| WHAT IS BEING ASKED |
Working from the top of the records below, reproduce each line exactly, ending once you have written the line containing "v 0 -19.067 7.898".

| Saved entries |
<<<<

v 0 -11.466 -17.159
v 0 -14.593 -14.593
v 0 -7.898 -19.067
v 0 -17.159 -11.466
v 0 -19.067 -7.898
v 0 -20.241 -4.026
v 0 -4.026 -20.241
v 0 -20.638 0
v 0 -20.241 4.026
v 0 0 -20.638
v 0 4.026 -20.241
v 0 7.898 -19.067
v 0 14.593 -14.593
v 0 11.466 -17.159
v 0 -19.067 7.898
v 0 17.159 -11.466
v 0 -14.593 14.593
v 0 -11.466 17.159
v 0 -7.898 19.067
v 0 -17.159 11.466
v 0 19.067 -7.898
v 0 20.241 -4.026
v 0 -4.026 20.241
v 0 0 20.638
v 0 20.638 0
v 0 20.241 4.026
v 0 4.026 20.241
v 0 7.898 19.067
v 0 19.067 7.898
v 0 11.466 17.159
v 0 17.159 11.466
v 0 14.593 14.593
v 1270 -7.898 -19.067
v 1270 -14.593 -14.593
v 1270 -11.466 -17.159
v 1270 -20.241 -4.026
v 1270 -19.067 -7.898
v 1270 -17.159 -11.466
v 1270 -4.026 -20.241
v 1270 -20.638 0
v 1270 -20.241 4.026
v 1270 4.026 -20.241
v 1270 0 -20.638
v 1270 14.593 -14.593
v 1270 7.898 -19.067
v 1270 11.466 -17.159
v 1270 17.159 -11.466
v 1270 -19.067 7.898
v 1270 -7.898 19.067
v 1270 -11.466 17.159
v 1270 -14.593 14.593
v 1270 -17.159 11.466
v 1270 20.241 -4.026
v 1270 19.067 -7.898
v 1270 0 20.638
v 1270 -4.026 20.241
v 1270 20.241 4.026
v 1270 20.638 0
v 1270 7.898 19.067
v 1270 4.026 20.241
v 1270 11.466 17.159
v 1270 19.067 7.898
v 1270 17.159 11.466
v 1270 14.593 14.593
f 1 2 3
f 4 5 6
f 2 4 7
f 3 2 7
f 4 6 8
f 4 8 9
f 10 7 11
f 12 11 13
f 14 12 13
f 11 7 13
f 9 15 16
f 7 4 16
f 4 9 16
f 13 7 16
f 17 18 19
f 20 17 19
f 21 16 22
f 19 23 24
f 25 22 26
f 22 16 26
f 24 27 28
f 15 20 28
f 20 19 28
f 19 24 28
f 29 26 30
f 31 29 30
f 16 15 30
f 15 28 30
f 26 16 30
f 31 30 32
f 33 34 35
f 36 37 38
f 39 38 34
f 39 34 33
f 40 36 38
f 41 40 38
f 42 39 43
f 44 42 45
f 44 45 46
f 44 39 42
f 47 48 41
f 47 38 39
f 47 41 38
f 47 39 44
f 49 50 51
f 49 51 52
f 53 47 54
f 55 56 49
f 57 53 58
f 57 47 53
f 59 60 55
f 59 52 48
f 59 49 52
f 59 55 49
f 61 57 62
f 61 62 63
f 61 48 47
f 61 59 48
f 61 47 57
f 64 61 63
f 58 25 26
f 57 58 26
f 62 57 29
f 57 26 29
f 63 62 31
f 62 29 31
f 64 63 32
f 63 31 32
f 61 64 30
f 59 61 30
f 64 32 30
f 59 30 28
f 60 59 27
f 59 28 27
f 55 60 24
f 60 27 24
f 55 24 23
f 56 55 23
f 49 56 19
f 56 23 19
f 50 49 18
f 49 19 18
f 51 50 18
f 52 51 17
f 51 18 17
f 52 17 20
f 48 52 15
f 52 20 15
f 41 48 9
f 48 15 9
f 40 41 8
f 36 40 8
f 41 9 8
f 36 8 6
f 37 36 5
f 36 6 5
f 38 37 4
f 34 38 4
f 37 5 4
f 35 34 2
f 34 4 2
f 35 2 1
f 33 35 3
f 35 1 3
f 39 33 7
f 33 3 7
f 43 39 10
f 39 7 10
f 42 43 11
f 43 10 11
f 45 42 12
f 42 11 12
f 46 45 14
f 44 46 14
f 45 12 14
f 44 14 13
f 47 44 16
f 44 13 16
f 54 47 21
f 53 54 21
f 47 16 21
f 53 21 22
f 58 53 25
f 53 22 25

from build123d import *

# Parameters (mm, degrees)
F0_R     = 20.6375
F1_DEPTH = 1219.2
F3_R     = 20.6375
F4_DEPTH = 1270


with BuildPart() as f1:
    # F0 (on Front) → F1 (new body)
    with BuildSketch(Plane.XZ):
        Circle(F0_R)
    extrude(amount=F1_DEPTH)


with BuildPart() as f4:
    # F3 (on Right) → F4 (new body)
    with BuildSketch(Plane.YZ):
        Circle(F3_R)
    extrude(amount=F4_DEPTH)


solid = f4.part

>>>>

| ANSWER AREA |
v 0 -11.466 -17.159
v 0 -14.593 -14.593
v 0 -7.898 -19.067
v 0 -17.159 -11.466
v 0 -19.067 -7.898
v 0 -20.241 -4.026
v 0 -4.026 -20.241
v 0 -20.638 0
v 0 -20.241 4.026
v 0 0 -20.638
v 0 4.026 -20.241
v 0 7.898 -19.067
v 0 14.593 -14.593
v 0 11.466 -17.159
v 0 -19.067 7.898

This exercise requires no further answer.